As soon as the line containing "#377=LINE('',#284,#60);" appears in the material below, start returning lines exactly, and end with the line containing "#384=AXIS2_PLACEMENT_3D('',#383,#17,#24);".

========================================

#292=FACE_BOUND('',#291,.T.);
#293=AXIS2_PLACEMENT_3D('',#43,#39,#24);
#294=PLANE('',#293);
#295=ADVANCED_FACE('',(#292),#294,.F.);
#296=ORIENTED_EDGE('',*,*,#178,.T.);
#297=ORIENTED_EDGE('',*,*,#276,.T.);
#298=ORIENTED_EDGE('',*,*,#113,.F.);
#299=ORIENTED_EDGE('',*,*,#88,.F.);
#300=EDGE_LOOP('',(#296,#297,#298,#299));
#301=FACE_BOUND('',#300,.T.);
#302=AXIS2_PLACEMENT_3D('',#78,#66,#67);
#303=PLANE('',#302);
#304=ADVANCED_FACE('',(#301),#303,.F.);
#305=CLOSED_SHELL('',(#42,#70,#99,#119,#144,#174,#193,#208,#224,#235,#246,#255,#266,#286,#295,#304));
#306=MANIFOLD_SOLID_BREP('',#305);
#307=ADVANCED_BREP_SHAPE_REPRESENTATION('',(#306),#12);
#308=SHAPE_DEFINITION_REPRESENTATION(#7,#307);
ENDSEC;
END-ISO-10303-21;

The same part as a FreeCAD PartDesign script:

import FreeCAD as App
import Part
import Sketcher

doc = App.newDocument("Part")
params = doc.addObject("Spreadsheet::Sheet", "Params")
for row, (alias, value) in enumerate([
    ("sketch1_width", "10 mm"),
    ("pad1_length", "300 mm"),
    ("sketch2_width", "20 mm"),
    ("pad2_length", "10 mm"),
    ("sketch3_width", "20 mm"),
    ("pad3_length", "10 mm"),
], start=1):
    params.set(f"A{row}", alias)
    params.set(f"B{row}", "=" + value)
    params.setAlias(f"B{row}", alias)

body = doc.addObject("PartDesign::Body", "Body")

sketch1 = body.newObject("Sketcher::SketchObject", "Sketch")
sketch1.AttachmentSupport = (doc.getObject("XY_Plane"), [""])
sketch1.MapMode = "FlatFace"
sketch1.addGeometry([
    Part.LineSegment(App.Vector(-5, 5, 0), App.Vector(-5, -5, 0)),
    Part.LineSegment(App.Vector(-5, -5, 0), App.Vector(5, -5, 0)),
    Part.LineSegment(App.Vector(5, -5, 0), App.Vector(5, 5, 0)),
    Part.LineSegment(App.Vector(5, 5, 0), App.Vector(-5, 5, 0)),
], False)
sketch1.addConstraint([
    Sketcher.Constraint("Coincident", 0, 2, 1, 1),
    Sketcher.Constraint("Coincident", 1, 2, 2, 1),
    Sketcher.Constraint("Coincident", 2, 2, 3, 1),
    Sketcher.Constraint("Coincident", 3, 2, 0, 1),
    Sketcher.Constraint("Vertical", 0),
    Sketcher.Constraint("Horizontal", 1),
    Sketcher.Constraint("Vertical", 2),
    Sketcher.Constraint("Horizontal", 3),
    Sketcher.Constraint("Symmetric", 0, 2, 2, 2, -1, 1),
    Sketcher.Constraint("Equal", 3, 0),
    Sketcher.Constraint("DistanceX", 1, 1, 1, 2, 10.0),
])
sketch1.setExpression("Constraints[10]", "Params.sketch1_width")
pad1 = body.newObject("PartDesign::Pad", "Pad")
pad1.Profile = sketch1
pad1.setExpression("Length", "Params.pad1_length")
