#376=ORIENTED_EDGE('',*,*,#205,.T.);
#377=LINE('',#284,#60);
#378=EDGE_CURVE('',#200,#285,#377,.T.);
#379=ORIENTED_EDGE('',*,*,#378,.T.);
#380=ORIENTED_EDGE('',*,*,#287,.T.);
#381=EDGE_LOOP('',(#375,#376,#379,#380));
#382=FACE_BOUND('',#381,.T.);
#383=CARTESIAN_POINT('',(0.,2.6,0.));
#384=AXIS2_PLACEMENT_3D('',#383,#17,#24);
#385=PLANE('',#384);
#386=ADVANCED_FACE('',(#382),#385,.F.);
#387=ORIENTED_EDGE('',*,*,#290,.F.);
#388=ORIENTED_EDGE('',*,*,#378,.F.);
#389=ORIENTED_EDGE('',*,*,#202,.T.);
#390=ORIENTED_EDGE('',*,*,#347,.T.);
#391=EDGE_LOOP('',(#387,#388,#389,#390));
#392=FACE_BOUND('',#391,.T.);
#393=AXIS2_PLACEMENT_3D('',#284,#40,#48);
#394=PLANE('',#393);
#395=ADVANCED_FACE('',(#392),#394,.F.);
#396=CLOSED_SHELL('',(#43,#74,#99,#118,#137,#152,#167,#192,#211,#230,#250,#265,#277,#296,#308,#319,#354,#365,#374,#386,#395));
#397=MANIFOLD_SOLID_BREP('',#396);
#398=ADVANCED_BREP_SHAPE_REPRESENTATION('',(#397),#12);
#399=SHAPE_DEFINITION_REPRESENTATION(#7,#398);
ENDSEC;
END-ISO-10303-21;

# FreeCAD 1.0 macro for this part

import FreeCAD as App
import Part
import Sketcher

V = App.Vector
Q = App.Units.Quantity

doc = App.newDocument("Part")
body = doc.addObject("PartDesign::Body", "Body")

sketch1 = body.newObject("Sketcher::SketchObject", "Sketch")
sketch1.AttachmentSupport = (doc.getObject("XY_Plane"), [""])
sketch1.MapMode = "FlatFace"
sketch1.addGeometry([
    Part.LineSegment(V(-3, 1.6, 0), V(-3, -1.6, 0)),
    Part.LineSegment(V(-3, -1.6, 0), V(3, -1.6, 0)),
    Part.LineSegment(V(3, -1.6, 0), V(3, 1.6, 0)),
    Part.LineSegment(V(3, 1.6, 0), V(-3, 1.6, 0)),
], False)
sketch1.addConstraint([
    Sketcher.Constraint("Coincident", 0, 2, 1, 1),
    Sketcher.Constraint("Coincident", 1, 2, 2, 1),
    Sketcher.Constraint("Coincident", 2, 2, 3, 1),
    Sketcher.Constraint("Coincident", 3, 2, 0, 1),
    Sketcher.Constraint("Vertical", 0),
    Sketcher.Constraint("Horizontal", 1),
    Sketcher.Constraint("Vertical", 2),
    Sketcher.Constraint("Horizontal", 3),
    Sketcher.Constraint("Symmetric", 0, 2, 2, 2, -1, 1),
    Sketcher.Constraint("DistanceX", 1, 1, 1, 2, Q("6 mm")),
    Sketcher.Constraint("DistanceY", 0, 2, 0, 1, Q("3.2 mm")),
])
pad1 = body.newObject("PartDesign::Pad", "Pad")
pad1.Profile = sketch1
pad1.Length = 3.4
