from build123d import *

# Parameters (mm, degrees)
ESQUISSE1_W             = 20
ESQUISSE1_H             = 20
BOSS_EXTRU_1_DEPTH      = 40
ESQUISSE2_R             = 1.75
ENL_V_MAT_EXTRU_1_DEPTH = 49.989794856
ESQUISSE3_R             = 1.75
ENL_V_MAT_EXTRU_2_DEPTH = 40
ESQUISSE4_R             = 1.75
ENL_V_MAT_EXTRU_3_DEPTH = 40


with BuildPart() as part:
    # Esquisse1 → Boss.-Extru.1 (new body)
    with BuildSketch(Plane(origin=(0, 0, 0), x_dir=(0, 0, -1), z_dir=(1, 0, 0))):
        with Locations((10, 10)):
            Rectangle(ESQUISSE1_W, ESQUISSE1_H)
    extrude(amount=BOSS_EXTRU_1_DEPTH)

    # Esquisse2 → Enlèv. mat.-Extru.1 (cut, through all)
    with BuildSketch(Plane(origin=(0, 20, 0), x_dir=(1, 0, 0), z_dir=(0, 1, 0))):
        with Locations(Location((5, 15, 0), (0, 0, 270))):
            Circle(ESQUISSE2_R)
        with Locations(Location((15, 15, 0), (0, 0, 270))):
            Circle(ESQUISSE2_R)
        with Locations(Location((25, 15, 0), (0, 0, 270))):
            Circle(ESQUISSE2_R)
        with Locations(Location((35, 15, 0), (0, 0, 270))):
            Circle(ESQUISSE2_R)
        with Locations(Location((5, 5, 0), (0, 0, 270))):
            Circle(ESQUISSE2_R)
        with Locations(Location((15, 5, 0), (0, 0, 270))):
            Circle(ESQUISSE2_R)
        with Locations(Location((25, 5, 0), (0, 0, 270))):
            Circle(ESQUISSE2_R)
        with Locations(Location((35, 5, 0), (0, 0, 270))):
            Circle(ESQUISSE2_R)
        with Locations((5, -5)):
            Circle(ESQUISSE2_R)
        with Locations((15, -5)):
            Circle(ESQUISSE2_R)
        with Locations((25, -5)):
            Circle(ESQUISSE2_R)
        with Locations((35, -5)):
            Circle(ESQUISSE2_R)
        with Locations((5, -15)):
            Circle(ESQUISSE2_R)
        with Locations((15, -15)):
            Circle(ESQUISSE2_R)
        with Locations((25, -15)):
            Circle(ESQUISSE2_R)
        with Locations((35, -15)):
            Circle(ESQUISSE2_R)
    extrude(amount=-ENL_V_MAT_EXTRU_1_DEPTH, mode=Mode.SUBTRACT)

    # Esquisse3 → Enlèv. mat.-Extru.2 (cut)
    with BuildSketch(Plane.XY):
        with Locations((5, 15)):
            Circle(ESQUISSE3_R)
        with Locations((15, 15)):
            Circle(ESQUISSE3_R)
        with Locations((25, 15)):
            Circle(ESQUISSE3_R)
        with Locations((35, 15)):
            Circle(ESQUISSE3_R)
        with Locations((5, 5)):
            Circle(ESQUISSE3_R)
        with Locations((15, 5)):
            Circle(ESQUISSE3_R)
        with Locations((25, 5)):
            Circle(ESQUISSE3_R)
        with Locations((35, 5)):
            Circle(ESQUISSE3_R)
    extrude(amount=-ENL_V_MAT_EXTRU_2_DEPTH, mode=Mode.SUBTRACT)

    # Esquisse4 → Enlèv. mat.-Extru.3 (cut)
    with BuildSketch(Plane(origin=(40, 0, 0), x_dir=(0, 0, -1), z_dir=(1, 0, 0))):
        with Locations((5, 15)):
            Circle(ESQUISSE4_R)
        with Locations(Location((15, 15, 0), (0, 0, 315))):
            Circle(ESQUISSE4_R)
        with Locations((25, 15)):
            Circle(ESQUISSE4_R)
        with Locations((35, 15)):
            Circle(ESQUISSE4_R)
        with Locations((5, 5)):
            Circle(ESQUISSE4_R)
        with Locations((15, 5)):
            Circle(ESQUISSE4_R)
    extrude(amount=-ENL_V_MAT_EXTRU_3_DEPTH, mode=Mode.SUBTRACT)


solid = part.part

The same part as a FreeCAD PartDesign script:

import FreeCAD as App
import Part
import Sketcher
Q = App.Units.Quantity

doc = App.newDocument("Part")
params = doc.addObject("Spreadsheet::Sheet", "Params")
for row, (alias, value) in enumerate([
    ("sketch1_width", "20 mm"),
    ("pad1_length", "40 mm"),
    ("sketch2_diameter", "3.5 mm"),
    ("sketch3_diameter", "3.5 mm"),
    ("pocket2_length", "40 mm"),
    ("sketch4_diameter", "3.5 mm"),
    ("pocket3_length", "40 mm"),
], start=1):
    params.set(f"A{row}", alias)
    params.set(f"B{row}", "=" + value)
    params.setAlias(f"B{row}", alias)

body = doc.addObject("PartDesign::Body", "Body")

# Sketch on YZ plane
sketch1 = body.newObject("Sketcher::SketchObject", "Sketch")
sketch1.AttachmentSupport = (doc.getObject("YZ_Plane"), [""])
sketch1.MapMode = "FlatFace"
sketch1.addGeometry([
    Part.LineSegment(App.Vector(20, 0, 0), App.Vector(0, 0, 0)),
    Part.LineSegment(App.Vector(0, 0, 0), App.Vector(0, -20, 0)),
    Part.LineSegment(App.Vector(0, -20, 0), App.Vector(20, -20, 0)),
    Part.LineSegment(App.Vector(20, -20, 0), App.Vector(20, 0, 0)),
], False)
sketch1.addConstraint([
    Sketcher.Constraint("Coincident", 0, 2, 1, 1),
    Sketcher.Constraint("Coincident", 1, 2, 2, 1),
    Sketcher.Constraint("Coincident", 2, 2, 3, 1),
    Sketcher.Constraint("Coincident", 3, 2, 0, 1),
    Sketcher.Constraint("Horizontal", 0),
    Sketcher.Constraint("Vertical", 1),
    Sketcher.Constraint("Horizontal", 2),
    Sketcher.Constraint("Vertical", 3),
    Sketcher.Constraint("Coincident", 0, 2, -1, 1),
    Sketcher.Constraint("Equal", 2, 1),
    Sketcher.Constraint("DistanceX", 0, 2, 0, 1, Q("20 mm")),
])
sketch1.setExpression("Constraints[10]", "Params.sketch1_width")
pad1 = body.newObject("PartDesign::Pad", "Pad")
pad1.Profile = sketch1
pad1.setExpression("Length", "Params.pad1_length")

# Sketch on XZ plane
sketch2 = body.newObject("Sketcher::SketchObject", "Sketch001")
sketch2.AttachmentSupport = (doc.getObject("XZ_Plane"), [""])
sketch2.MapMode = "FlatFace"
sketch2.AttachmentOffset = App.Placement(App.Vector(0, 0, -20), App.Rotation())
sketch2.addGeometry([
    Part.Circle(App.Vector(5, -15, 0), App.Vector(0, 0, 1), 1.8),  # 0
    Part.Circle(App.Vector(15, -15, 0), App.Vector(0, 0, 1), 1.8),  # 1
    Part.Circle(App.Vector(25, -15, 0), App.Vector(0, 0, 1), 1.8),  # 2
    Part.Circle(App.Vector(35, -15, 0), App.Vector(0, 0, 1), 1.8),  # 3
    Part.Circle(App.Vector(5, -5, 0), App.Vector(0, 0, 1), 1.8),  # 4
    Part.Circle(App.Vector(15, -5, 0), App.Vector(0, 0, 1), 1.8),  # 5
    Part.Circle(App.Vector(25, -5, 0), App.Vector(0, 0, 1), 1.8),  # 6
    Part.Circle(App.Vector(35, -5, 0), App.Vector(0, 0, 1), 1.8),  # 7
    Part.Circle(App.Vector(5, 5, 0), App.Vector(0, 0, 1), 1.8),  # 8
    Part.Circle(App.Vector(15, 5, 0), App.Vector(0, 0, 1), 1.8),  # 9
    Part.Circle(App.Vector(25, 5, 0), App.Vector(0, 0, 1), 1.8),  # 10
    Part.Circle(App.Vector(35, 5, 0), App.Vector(0, 0, 1), 1.8),  # 11
    Part.Circle(App.Vector(5, 15, 0), App.Vector(0, 0, 1), 1.8),  # 12
    Part.Circle(App.Vector(15, 15, 0), App.Vector(0, 0, 1), 1.8),  # 13
    Part.Circle(App.Vector(25, 15, 0), App.Vector(0, 0, 1), 1.8),  # 14
    Part.Circle(App.Vector(35, 15, 0), App.Vector(0, 0, 1), 1.8),  # 15
], False)
sketch2.addConstraint([
    Sketcher.Constraint("Equal", 0, 1),
    Sketcher.Constraint("Equal", 1, 2),
    Sketcher.Constraint("Equal", 2, 3),
    Sketcher.Constraint("Equal", 3, 4),
    Sketcher.Constraint("Equal", 4, 5),
    Sketcher.Constraint("Equal", 5, 6),
    Sketcher.Constraint("Equal", 6, 7),
    Sketcher.Constraint("Equal", 7, 8),
    Sketcher.Constraint("Equal", 8, 9),
    Sketcher.Constraint("Equal", 9, 10),
    Sketcher.Constraint("Equal", 10, 11),
    Sketcher.Constraint("Equal", 11, 12),
    Sketcher.Constraint("Equal", 12, 13),
    Sketcher.Constraint("Equal", 13, 14),
    Sketcher.Constraint("Equal", 14, 15),
    Sketcher.Constraint("Symmetric", 4, 3, 8, 3, -1),
    Sketcher.Constraint("Symmetric", 5, 3, 9, 3, -1),
    Sketcher.Constraint("Symmetric", 6, 3, 10, 3, -1),
    Sketcher.Constraint("Symmetric", 7, 3, 11, 3, -1),
    Sketcher.Constraint("Symmetric", 0, 3, 12, 3, -1),
    Sketcher.Constraint("Symmetric", 1, 3, 13, 3, -1),
    Sketcher.Constraint("Symmetric", 2, 3, 14, 3, -1),
    Sketcher.Constraint("Symmetric", 3, 3, 15, 3, -1),
    Sketcher.Constraint("Horizontal", 0, 3, 1, 3),
    Sketcher.Constraint("Horizontal", 1, 3, 2, 3),
    Sketcher.Constraint("Horizontal", 2, 3, 3, 3),
    Sketcher.Constraint("Horizontal", 4, 3, 5, 3),
    Sketcher.Constraint("Horizontal", 5, 3, 6, 3),
    Sketcher.Constraint("Horizontal", 6, 3, 7, 3),
    Sketcher.Constraint("Vertical", 0, 3, 4, 3),
    Sketcher.Constraint("Vertical", 1, 3, 5, 3),
    Sketcher.Constraint("Vertical", 2, 3, 6, 3),
    Sketcher.Constraint("Vertical", 3, 3, 7, 3),
    Sketcher.Constraint("Diameter", 0, Q("3.5 mm")),
    Sketcher.Constraint("DistanceX", -1, 1, 0, 3, Q("5 mm")),
    Sketcher.Constraint("DistanceY", 0, 3, -1, 1, Q("15 mm")),
    Sketcher.Constraint("DistanceX", -1, 1, 1, 3, Q("15 mm")),
    Sketcher.Constraint("DistanceX", -1, 1, 2, 3, Q("25 mm")),
    Sketcher.Constraint("DistanceX", -1, 1, 3, 3, Q("35 mm")),
    Sketcher.Constraint("DistanceY", 4, 3, -1, 1, Q("5 mm")),
])
sketch2.setExpression("Constraints[33]", "Params.sketch2_diameter")
pocket1 = body.newObject("PartDesign::Pocket", "Pocket")
pocket1.Profile = sketch2
pocket1.Type = "ThroughAll"
pocket1.Reversed = True

# Sketch on XY plane
sketch3 = body.newObject("Sketcher::SketchObject", "Sketch002")
sketch3.AttachmentSupport = (doc.getObject("XY_Plane"), [""])
sketch3.MapMode = "FlatFace"
sketch3.addGeometry([
    Part.Circle(App.Vector(5, 15, 0), App.Vector(0, 0, 1), 1.8),  # 0
    Part.Circle(App.Vector(15, 15, 0), App.Vector(0, 0, 1), 1.8),  # 1
    Part.Circle(App.Vector(25, 15, 0), App.Vector(0, 0, 1), 1.8),  # 2
    Part.Circle(App.Vector(35, 15, 0), App.Vector(0, 0, 1), 1.8),  # 3
    Part.Circle(App.Vector(5, 5, 0), App.Vector(0, 0, 1), 1.8),  # 4
    Part.Circle(App.Vector(15, 5, 0), App.Vector(0, 0, 1), 1.8),  # 5
    Part.Circle(App.Vector(25, 5, 0), App.Vector(0, 0, 1), 1.8),  # 6
    Part.Circle(App.Vector(35, 5, 0), App.Vector(0, 0, 1), 1.8),  # 7
], False)
sketch3.addConstraint([
    Sketcher.Constraint("Equal", 0, 1),
    Sketcher.Constraint("Equal", 1, 2),
    Sketcher.Constraint("Equal", 2, 3),
    Sketcher.Constraint("Equal", 3, 4),
    Sketcher.Constraint("Equal", 4, 5),
    Sketcher.Constraint("Equal", 5, 6),
    Sketcher.Constraint("Equal", 6, 7),
    Sketcher.Constraint("Horizontal", 0, 3, 1, 3),
    Sketcher.Constraint("Horizontal", 1, 3, 2, 3),
    Sketcher.Constraint("Horizontal", 2, 3, 3, 3),
    Sketcher.Constraint("Horizontal", 4, 3, 5, 3),
    Sketcher.Constraint("Horizontal", 5, 3, 6, 3),
    Sketcher.Constraint("Horizontal", 6, 3, 7, 3),
    Sketcher.Constraint("Vertical", 0, 3, 4, 3),
    Sketcher.Constraint("Vertical", 1, 3, 5, 3),
    Sketcher.Constraint("Vertical", 2, 3, 6, 3),
    Sketcher.Constraint("Vertical", 3, 3, 7, 3),
    Sketcher.Constraint("Diameter", 0, Q("3.5 mm")),
    Sketcher.Constraint("DistanceX", -1, 1, 0, 3, Q("5 mm")),
    Sketcher.Constraint("DistanceY", -1, 1, 0, 3, Q("15 mm")),
    Sketcher.Constraint("DistanceX", -1, 1, 1, 3, Q("15 mm")),
    Sketcher.Constraint("DistanceX", -1, 1, 2, 3, Q("25 mm")),
    Sketcher.Constraint("DistanceX", -1, 1, 3, 3, Q("35 mm")),
    Sketcher.Constraint("DistanceY", -1, 1, 4, 3, Q("5 mm")),
])
sketch3.setExpression("Constraints[17]", "Params.sketch3_diameter")
pocket2 = body.newObject("PartDesign::Pocket", "Pocket001")
pocket2.Profile = sketch3
pocket2.setExpression("Length", "Params.pocket2_length")

# Sketch on YZ plane
sketch4 = body.newObject("Sketcher::SketchObject", "Sketch003")
sketch4.AttachmentSupport = (doc.getObject("YZ_Plane"), [""])
sketch4.MapMode = "FlatFace"
sketch4.AttachmentOffset = App.Placement(App.Vector(0, 0, 40), App.Rotation())
sketch4.addGeometry([
    Part.Circle(App.Vector(15, -5, 0), App.Vector(0, 0, 1), 1.8),  # 0
    Part.Circle(App.Vector(15, -15, 0), App.Vector(0, 0, 1), 1.8),  # 1
    Part.Circle(App.Vector(15, -25, 0), App.Vector(0, 0, 1), 1.8),  # 2
    Part.Circle(App.Vector(15, -35, 0), App.Vector(0, 0, 1), 1.8),  # 3
    Part.Circle(App.Vector(5, -5, 0), App.Vector(0, 0, 1), 1.8),  # 4
    Part.Circle(App.Vector(5, -15, 0), App.Vector(0, 0, 1), 1.8),  # 5
], False)
sketch4.addConstraint([
    Sketcher.Constraint("Equal", 0, 1),
    Sketcher.Constraint("Equal", 1, 2),
    Sketcher.Constraint("Equal", 2, 3),
    Sketcher.Constraint("Equal", 3, 4),
    Sketcher.Constraint("Equal", 4, 5),
    Sketcher.Constraint("Horizontal", 0, 3, 4, 3),
    Sketcher.Constraint("Horizontal", 1, 3, 5, 3),
    Sketcher.Constraint("Vertical", 0, 3, 1, 3),
    Sketcher.Constraint("Vertical", 1, 3, 2, 3),
    Sketcher.Constraint("Vertical", 2, 3, 3, 3),
    Sketcher.Constraint("Vertical", 4, 3, 5, 3),
    Sketcher.Constraint("Diameter", 0, Q("3.5 mm")),
    Sketcher.Constraint("DistanceX", -1, 1, 0, 3, Q("15 mm")),
    Sketcher.Constraint("DistanceY", 0, 3, -1, 1, Q("5 mm")),
    Sketcher.Constraint("DistanceY", 1, 3, -1, 1, Q("15 mm")),
    Sketcher.Constraint("DistanceY", 2, 3, -1, 1, Q("25 mm")),
    Sketcher.Constraint("DistanceY", 3, 3, -1, 1, Q("35 mm")),
    Sketcher.Constraint("DistanceX", -1, 1, 4, 3, Q("5 mm")),
])
sketch4.setExpression("Constraints[11]", "Params.sketch4_diameter")
pocket3 = body.newObject("PartDesign::Pocket", "Pocket002")
pocket3.Profile = sketch4
pocket3.setExpression("Length", "Params.pocket3_length")

doc.recompute()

========================================

§ Answer for the task
#377=LINE('',#284,#60);
#378=EDGE_CURVE('',#200,#285,#377,.T.);
#379=ORIENTED_EDGE('',*,*,#378,.T.);
#380=ORIENTED_EDGE('',*,*,#287,.T.);
#381=EDGE_LOOP('',(#375,#376,#379,#380));
#382=FACE_BOUND('',#381,.T.);
#383=CARTESIAN_POINT('',(0.,2.6,0.));
#384=AXIS2_PLACEMENT_3D('',#383,#17,#24);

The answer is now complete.